We collected OCT data from the Cirrus HD-OCT (ver 4.5) from 35 eyes of 35 consecutive patients referred to the imaging unit for retinal disease. All patients underwent 3 scan acquisitions: (a) 1024 x 5 high-definition (HD) B-scan raster without averaging, (b) 1024 x 5 with 4x averaging, and (c) a single B-scan (1024 x 1) through the foveal center but with 20x averaging. For each acquisition type, the central B-scan was used to assess visualization of four outer retinal features of clinical value: (a) external limiting membrane (ELM), (b) inner segment - outer segment (IS-OS) junction, (c) retinal pigment epithelium (RPE), and (d) choroid. Quality of visualization of each feature was graded in a masked fashion (as to scan type) according to three parameters (ability to identify, brightness, and continuity), each of which were rated on a 0-3 qualitative scale (0 being worst and 3 best). Quality Sores (QS) for the three scan types were compared using Chi square test for difference.

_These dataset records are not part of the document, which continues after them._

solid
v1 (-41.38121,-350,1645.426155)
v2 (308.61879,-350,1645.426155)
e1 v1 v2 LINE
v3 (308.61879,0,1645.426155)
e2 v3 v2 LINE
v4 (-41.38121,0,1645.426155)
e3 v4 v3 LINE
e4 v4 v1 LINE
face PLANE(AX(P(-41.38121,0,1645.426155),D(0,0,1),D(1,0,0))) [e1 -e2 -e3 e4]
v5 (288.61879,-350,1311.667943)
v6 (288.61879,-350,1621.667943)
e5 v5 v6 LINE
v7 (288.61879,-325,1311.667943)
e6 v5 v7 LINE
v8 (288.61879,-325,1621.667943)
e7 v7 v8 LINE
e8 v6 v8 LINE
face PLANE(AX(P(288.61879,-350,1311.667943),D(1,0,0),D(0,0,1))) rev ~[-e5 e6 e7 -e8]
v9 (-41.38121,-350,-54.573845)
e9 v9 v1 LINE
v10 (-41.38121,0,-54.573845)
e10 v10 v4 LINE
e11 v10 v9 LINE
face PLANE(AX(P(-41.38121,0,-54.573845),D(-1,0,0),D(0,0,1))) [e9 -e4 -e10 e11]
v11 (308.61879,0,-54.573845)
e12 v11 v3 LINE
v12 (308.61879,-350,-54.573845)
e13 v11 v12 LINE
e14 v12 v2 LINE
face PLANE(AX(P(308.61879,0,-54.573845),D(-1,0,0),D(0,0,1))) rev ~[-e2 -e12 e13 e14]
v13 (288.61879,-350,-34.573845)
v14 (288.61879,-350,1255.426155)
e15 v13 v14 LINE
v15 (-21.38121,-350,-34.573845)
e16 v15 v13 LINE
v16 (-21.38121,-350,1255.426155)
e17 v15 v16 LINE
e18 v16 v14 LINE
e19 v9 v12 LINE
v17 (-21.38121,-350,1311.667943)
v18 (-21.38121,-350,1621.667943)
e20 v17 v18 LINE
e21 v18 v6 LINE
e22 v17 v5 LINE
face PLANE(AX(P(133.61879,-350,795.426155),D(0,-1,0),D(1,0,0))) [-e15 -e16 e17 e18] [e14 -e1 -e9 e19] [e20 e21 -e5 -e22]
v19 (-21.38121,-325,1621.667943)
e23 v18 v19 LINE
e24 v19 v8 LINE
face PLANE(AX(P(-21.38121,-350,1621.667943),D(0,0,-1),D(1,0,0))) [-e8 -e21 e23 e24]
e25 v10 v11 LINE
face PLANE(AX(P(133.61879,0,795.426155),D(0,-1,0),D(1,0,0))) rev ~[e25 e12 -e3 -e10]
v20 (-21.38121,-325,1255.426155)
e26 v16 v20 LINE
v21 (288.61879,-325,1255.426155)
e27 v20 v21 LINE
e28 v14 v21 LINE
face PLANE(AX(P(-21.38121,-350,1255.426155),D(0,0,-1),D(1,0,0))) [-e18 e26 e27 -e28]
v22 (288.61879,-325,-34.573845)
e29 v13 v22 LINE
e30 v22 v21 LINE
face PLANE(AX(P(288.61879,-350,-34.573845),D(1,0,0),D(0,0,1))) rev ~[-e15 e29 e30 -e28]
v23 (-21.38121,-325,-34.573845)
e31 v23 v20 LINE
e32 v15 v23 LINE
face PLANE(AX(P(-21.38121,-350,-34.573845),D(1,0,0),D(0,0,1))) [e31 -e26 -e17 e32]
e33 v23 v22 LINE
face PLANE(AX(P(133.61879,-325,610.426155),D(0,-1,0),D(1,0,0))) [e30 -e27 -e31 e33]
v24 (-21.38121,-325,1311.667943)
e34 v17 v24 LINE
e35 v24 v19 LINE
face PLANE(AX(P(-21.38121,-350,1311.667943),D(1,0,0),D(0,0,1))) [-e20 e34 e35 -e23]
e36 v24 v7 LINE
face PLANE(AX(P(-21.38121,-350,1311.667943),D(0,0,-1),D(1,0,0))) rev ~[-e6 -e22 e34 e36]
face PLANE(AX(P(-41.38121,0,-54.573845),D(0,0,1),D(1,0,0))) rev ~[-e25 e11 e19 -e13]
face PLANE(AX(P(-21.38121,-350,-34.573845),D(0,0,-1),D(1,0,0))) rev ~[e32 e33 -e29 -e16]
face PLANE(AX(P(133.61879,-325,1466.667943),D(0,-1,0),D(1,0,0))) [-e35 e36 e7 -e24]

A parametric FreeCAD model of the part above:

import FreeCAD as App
import Part
import Sketcher
from FreeCAD import Vector


def add_polygon(sketch, points):
    """Adds a closed chain of lines whose ends are joined by coincident constraints."""
    first, n = sketch.GeometryCount, len(points)
    for a, b in zip(points, points[1:] + points[:1]):
        sketch.addGeometry(Part.LineSegment(App.Vector(*a, 0), App.Vector(*b, 0)), False)
    for i in range(n):
        sketch.addConstraint(Sketcher.Constraint("Coincident", first + i, 2, first + (i + 1) % n, 1))

doc = App.newDocument("Part")
params = doc.addObject("Spreadsheet::Sheet", "Params")
for row, (alias, value) in enumerate([
    ("sketch1_width", "350 mm"),
    ("sketch1_height", "1700 mm"),
    ("pad1_length", "350 mm"),
    ("sketch2_width", "310 mm"),
    ("sketch2_height", "1290 mm"),
    ("pocket1_length", "25 mm"),
], start=1):
    params.set(f"A{row}", alias)
    params.set(f"B{row}", "=" + value)
    params.setAlias(f"B{row}", alias)

body = doc.addObject("PartDesign::Body", "Body")

# Sketch on XZ plane
sketch1 = body.newObject("Sketcher::SketchObject", "Sketch")
sketch1.AttachmentSupport = (doc.getObject("XZ_Plane"), [""])
sketch1.MapMode = "FlatFace"
add_polygon(sketch1, [(-41, 1645), (-41, -55), (309, -55), (309, 1645)])  # lines 0-3
sketch1.addConstraint(Sketcher.Constraint("Vertical", 0))
sketch1.addConstraint(Sketcher.Constraint("Horizontal", 1))
sketch1.addConstraint(Sketcher.Constraint("Vertical", 2))
sketch1.addConstraint(Sketcher.Constraint("Horizontal", 3))
sketch1.addConstraint(Sketcher.Constraint("DistanceX", 1, 1, 1, 2, 350.0))
sketch1.addConstraint(Sketcher.Constraint("DistanceY", 0, 2, 0, 1, 1700.0))
sketch1.addConstraint(Sketcher.Constraint("DistanceX", 0, 2, -1, 1, 41.38121))
sketch1.addConstraint(Sketcher.Constraint("DistanceY", 0, 2, -1, 1, 54.573845))
sketch1.setExpression("Constraints[8]", "Params.sketch1_width")
sketch1.setExpression("Constraints[9]", "Params.sketch1_height")
pad1 = body.newObject("PartDesign::Pad", "Pad")
pad1.Profile = sketch1
pad1.setExpression("Length", "Params.pad1_length")

# Sketch on XZ plane
sketch2 = body.newObject("Sketcher::SketchObject", "Sketch001")
sketch2.AttachmentSupport = (doc.getObject("XZ_Plane"), [""])
sketch2.MapMode = "FlatFace"
sketch2.AttachmentOffset = App.Placement(Vector(0, 0, 350), App.Rotation())
add_polygon(sketch2, [(-21, 1255), (-21, -35), (289, -35), (289, 1255)])  # lines 0-3
add_polygon(sketch2, [(-21, 1622), (-21, 1312), (289, 1312), (289, 1622)])  # lines 4-7
sketch2.addConstraint(Sketcher.Constraint("Vertical", 0))
sketch2.addConstraint(Sketcher.Constraint("Horizontal", 1))
sketch2.addConstraint(Sketcher.Constraint("Vertical", 2))
sketch2.addConstraint(Sketcher.Constraint("Horizontal", 3))
sketch2.addConstraint(Sketcher.Constraint("Vertical", 4))
sketch2.addConstraint(Sketcher.Constraint("Horizontal", 5))
sketch2.addConstraint(Sketcher.Constraint("Vertical", 6))
sketch2.addConstraint(Sketcher.Constraint("Horizontal", 7))
sketch2.addConstraint(Sketcher.Constraint("Vertical", 3, 2, 4, 2))
sketch2.addConstraint(Sketcher.Constraint("Vertical", 2, 2, 5, 2))
sketch2.addConstraint(Sketcher.Constraint("Equal", 7, 4))
sketch2.addConstraint(Sketcher.Constraint("DistanceX", 1, 1, 1, 2, 310.0))
sketch2.addConstraint(Sketcher.Constraint("DistanceY", 0, 2, 0, 1, 1290.0))
sketch2.addConstraint(Sketcher.Constraint("DistanceX", 0, 2, -1, 1, 21.38121))
sketch2.addConstraint(Sketcher.Constraint("DistanceY", 0, 2, -1, 1, 34.573845))
sketch2.addConstraint(Sketcher.Constraint("DistanceY", -1, 1, 4, 2, 1311.667943))
sketch2.setExpression("Constraints[19]", "Params.sketch2_width")
sketch2.setExpression("Constraints[20]", "Params.sketch2_height")
pocket1 = body.newObject("PartDesign::Pocket", "Pocket")
pocket1.Profile = sketch2
pocket1.setExpression("Length", "Params.pocket1_length")

doc.recompute()
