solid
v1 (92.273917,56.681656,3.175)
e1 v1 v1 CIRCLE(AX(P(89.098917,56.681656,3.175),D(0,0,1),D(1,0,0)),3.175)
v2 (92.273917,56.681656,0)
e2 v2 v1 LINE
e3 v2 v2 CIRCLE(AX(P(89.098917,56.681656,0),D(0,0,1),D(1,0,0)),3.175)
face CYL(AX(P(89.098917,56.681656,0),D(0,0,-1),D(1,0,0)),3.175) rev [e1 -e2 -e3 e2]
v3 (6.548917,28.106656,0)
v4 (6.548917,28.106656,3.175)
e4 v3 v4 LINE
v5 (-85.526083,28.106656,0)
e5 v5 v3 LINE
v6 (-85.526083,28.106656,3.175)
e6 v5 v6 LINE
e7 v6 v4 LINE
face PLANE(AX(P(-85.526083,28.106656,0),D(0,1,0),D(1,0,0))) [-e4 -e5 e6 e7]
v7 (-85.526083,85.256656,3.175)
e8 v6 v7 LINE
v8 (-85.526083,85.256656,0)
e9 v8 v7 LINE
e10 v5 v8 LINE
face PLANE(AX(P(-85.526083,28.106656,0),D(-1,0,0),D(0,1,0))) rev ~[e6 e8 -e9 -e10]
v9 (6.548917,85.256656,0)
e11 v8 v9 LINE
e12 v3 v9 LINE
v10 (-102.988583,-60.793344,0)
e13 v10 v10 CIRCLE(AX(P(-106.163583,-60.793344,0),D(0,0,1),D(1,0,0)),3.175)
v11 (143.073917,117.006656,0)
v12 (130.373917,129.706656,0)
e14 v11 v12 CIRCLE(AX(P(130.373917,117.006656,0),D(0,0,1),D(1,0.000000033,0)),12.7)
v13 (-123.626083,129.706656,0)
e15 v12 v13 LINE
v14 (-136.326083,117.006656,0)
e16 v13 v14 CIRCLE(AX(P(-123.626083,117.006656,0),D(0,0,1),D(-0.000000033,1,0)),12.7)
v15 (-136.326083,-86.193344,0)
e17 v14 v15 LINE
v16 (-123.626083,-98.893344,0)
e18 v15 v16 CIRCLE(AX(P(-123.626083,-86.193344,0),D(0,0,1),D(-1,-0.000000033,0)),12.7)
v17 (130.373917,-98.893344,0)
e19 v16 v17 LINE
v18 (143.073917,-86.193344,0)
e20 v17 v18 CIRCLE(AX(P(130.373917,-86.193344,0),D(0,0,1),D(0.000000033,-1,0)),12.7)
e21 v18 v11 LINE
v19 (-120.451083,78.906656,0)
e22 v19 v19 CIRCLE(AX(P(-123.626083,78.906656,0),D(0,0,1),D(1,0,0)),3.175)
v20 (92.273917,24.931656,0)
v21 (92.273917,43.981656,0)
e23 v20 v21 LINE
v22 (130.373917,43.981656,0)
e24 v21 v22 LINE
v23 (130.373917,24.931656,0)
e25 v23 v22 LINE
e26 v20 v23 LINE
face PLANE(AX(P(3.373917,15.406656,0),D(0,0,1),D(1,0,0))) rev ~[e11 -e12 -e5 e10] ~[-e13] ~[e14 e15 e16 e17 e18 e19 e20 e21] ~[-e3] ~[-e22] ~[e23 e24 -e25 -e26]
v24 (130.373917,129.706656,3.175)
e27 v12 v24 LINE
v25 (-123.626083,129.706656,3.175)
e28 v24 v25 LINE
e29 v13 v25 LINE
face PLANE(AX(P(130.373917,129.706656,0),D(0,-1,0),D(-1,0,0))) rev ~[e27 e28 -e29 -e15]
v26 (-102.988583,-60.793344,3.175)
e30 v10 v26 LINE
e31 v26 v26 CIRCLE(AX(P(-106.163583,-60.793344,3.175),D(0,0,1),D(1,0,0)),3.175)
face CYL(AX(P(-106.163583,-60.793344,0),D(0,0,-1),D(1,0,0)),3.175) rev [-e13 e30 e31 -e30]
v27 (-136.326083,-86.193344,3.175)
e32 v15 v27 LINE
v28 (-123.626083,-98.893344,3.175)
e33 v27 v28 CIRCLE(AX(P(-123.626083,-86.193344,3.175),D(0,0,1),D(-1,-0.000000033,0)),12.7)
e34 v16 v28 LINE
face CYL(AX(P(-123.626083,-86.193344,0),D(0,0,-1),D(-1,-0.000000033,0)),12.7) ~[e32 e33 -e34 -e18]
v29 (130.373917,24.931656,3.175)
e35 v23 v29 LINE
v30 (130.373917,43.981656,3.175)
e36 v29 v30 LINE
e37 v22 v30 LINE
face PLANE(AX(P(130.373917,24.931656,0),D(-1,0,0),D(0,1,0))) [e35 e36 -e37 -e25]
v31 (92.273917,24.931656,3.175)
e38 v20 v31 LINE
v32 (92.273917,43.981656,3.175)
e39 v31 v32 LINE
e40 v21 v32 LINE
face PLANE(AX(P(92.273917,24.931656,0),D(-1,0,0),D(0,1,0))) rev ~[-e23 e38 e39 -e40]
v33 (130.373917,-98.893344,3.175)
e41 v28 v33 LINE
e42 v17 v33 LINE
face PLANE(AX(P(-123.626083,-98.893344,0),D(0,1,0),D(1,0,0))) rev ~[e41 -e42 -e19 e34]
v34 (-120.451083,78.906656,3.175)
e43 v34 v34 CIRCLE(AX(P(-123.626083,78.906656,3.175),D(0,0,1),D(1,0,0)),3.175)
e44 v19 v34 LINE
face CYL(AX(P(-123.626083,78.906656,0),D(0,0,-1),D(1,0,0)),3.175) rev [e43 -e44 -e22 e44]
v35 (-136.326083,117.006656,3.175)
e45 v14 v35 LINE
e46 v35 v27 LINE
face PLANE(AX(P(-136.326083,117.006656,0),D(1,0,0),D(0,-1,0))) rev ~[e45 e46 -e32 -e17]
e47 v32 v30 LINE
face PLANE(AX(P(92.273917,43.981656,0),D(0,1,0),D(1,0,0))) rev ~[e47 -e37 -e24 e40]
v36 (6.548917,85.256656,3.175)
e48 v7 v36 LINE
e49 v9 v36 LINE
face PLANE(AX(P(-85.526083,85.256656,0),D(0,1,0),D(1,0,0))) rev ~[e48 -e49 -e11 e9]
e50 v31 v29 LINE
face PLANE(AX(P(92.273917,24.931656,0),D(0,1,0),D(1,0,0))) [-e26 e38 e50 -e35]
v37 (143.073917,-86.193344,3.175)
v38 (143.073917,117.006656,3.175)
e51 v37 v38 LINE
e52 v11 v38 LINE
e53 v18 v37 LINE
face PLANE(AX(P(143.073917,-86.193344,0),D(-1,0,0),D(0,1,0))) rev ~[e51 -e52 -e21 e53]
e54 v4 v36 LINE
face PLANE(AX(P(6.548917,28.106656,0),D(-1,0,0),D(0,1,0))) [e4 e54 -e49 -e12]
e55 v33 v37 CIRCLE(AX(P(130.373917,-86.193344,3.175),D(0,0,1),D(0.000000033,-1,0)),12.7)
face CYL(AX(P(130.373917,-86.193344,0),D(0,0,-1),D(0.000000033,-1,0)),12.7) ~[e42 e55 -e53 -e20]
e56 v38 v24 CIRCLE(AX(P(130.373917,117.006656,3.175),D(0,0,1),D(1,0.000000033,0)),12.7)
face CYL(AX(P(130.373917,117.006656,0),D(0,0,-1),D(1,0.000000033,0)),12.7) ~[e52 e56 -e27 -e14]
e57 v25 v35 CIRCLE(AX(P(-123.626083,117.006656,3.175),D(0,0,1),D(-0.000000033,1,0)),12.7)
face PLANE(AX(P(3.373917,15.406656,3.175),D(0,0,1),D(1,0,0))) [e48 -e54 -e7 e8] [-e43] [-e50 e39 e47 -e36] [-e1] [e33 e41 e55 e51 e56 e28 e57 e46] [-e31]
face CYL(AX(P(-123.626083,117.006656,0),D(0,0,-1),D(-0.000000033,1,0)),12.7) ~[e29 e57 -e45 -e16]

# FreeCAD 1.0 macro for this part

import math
import FreeCAD as App
import Part
import Sketcher

V = App.Vector
Q = App.Units.Quantity


def add_polygon(sketch, points):
    """Adds a closed chain of lines whose ends are joined by coincident constraints."""
    first, n = sketch.GeometryCount, len(points)
    for a, b in zip(points, points[1:] + points[:1]):
        sketch.addGeometry(Part.LineSegment(App.Vector(*a, 0), App.Vector(*b, 0)), False)
    for i in range(n):
        sketch.addConstraint(Sketcher.Constraint("Coincident", first + i, 2, first + (i + 1) % n, 1))

doc = App.newDocument("Part")
params = doc.addObject("Spreadsheet::Sheet", "Params")
for row, (alias, value) in enumerate([
    ("sketch1_radius", "0.5 in"),
    ("sketch1_diameter", "0.25 in"),
    ("sketch1_width", "10 in"),
    ("sketch1_height", "8 in"),
    ("sketch1_width2", "1.5 in"),
    ("pad1_length", "0.125 in"),
], start=1):
    params.set(f"A{row}", alias)
    params.set(f"B{row}", "=" + value)
    params.setAlias(f"B{row}", alias)

body = doc.addObject("PartDesign::Body", "Body")

# Sketch on XY plane
sketch1 = body.newObject("Sketcher::SketchObject", "Sketch")
sketch1.AttachmentSupport = (doc.getObject("XY_Plane"), [""])
sketch1.MapMode = "FlatFace"
sketch1.addGeometry(Part.LineSegment(V(130.373917, 129.706656, 0), V(-123.626083, 129.706656, 0)), False)  # 0
sketch1.addGeometry(Part.ArcOfCircle(Part.Circle(V(-123.626083, 117.006656, 0), V(0, 0, 1), 12.7), math.radians(90.000002), math.radians(179.999998)), False)  # 1
sketch1.addGeometry(Part.LineSegment(V(-136.326083, 117.006656, 0), V(-136.326083, -86.193344, 0)), False)  # 2
sketch1.addGeometry(Part.ArcOfCircle(Part.Circle(V(-123.626083, -86.193344, 0), V(0, 0, 1), 12.7), math.radians(-179.999998), math.radians(-90.000002)), False)  # 3
sketch1.addGeometry(Part.LineSegment(V(-123.626083, -98.893344, 0), V(130.373917, -98.893344, 0)), False)  # 4
sketch1.addGeometry(Part.ArcOfCircle(Part.Circle(V(130.373917, -86.193344, 0), V(0, 0, 1), 12.7), math.radians(-89.999998), math.radians(-0.000002)), False)  # 5
sketch1.addGeometry(Part.LineSegment(V(143.073917, -86.193344, 0), V(143.073917, 117.006656, 0)), False)  # 6
sketch1.addGeometry(Part.ArcOfCircle(Part.Circle(V(130.373917, 117.006656, 0), V(0, 0, 1), 12.7), math.radians(0.000002), math.radians(89.999998)), False)  # 7
sketch1.addGeometry(Part.Circle(V(-106.163583, -60.793344, 0), V(0, 0, 1), 3.175), False)  # 8
sketch1.addGeometry(Part.Circle(V(-123.626083, 78.906656, 0), V(0, 0, 1), 3.175), False)  # 9
add_polygon(sketch1, [(6.548917, 28.106656), (-85.526083, 28.106656), (-85.526083, 85.256656), (6.548917, 85.256656)])  # lines 10-13
add_polygon(sketch1, [(130.373917, 24.931656), (92.273917, 24.931656), (92.273917, 43.981656), (130.373917, 43.981656)])  # lines 14-17
sketch1.addGeometry(Part.Circle(V(89.098917, 56.681656, 0), V(0, 0, 1), 3.175), False)  # 18
sketch1.addConstraint([
    Sketcher.Constraint("Tangent", 0, 2, 1, 1),
    Sketcher.Constraint("Tangent", 1, 2, 2, 1),
    Sketcher.Constraint("Tangent", 2, 2, 3, 1),
    Sketcher.Constraint("Tangent", 3, 2, 4, 1),
    Sketcher.Constraint("Tangent", 4, 2, 5, 1),
    Sketcher.Constraint("Tangent", 5, 2, 6, 1),
    Sketcher.Constraint("Tangent", 6, 2, 7, 1),
    Sketcher.Constraint("Tangent", 7, 2, 0, 1),
    Sketcher.Constraint("Horizontal", 0),
    Sketcher.Constraint("Vertical", 2),
    Sketcher.Constraint("Horizontal", 4),
    Sketcher.Constraint("Vertical", 6),
    Sketcher.Constraint("Horizontal", 10),
    Sketcher.Constraint("Vertical", 11),
    Sketcher.Constraint("Horizontal", 12),
    Sketcher.Constraint("Vertical", 13),
    Sketcher.Constraint("Horizontal", 14),
    Sketcher.Constraint("Vertical", 15),
    Sketcher.Constraint("Horizontal", 16),
    Sketcher.Constraint("Vertical", 17),
    Sketcher.Constraint("Equal", 1, 3),
    Sketcher.Constraint("Equal", 3, 5),
    Sketcher.Constraint("Equal", 5, 7),
    Sketcher.Constraint("Equal", 8, 9),
    Sketcher.Constraint("Equal", 9, 18),
    Sketcher.Constraint("Vertical", 3, 3, 9, 3),
    Sketcher.Constraint("Vertical", 7, 2, 16, 2),
    Sketcher.Constraint("Radius", 1, Q("0.5 in")),
    Sketcher.Constraint("Diameter", 8, Q("0.25 in")),
    Sketcher.Constraint("DistanceX", 0, 2, 0, 1, Q("10 in")),
    Sketcher.Constraint("DistanceY", 2, 2, 2, 1, Q("8 in")),
    Sketcher.Constraint("DistanceX", 14, 2, 14, 1, Q("1.5 in")),
    Sketcher.Constraint("DistanceY", 3, 3, 8, 3, Q("1 in")),
    Sketcher.Constraint("DistanceY", 9, 3, 0, 2, Q("2 in")),
    Sketcher.Constraint("DistanceY", 10, 2, 9, 3, Q("2 in")),
    Sketcher.Constraint("DistanceX", 1, 2, 10, 2, Q("2 in")),
    Sketcher.Constraint("DistanceY", 11, 1, 11, 2, Q("2.25 in")),
    Sketcher.Constraint("DistanceY", 15, 1, 15, 2, Q("0.75 in")),
    Sketcher.Constraint("DistanceY", 15, 2, 18, 3, Q("0.5 in")),
    Sketcher.Constraint("DistanceX", 10, 2, 10, 1, Q("3.625 in")),
    Sketcher.Constraint("DistanceX", 12, 2, 18, 3, Q("3.25 in")),
    Sketcher.Constraint("DistanceX", 3, 3, 8, 3, Q("0.6875 in")),
    Sketcher.Constraint("DistanceY", 18, 3, 7, 3, Q("2.375 in")),
    Sketcher.Constraint("DistanceX", 1, 3, -1, 1, Q("123.626083 mm")),
    Sketcher.Constraint("DistanceY", -1, 1, 1, 3, Q("117.006656 mm")),
])
sketch1.setExpression("Constraints[35]", "Params.sketch1_radius")
sketch1.setExpression("Constraints[36]", "Params.sketch1_diameter")
sketch1.setExpression("Constraints[37]", "Params.sketch1_width")
sketch1.setExpression("Constraints[38]", "Params.sketch1_height")
sketch1.setExpression("Constraints[39]", "Params.sketch1_width2")
pad1 = body.newObject("PartDesign::Pad", "Pad")
pad1.Profile = sketch1
pad1.setExpression("Length", "Params.pad1_length")

doc.recompute()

Quality scores are shown in Table1. QS consistently improved with 4X averaging and improved slightly further with 20x. The most significant benefits were observed fro brightness scores. For ELM identification, 91.4% of 20x cases achieved the highest QS score ("3") on all parameters compared with 82.9% of 4x cases, and only 54.3% of non-averaged cases. Amongst the various structures, averaging appeared to have the least beneficial effect for assessment of the RPE and IS-OS junction.


Retinal structures of clinical importance, in particular the ELM, appear to be better visualized with averaging of Cirrus OCT B-scans. Benefits of oversampling are apparent with averaging of even relatively few frames, with less incremental improvement with higher degrees of oversampling.  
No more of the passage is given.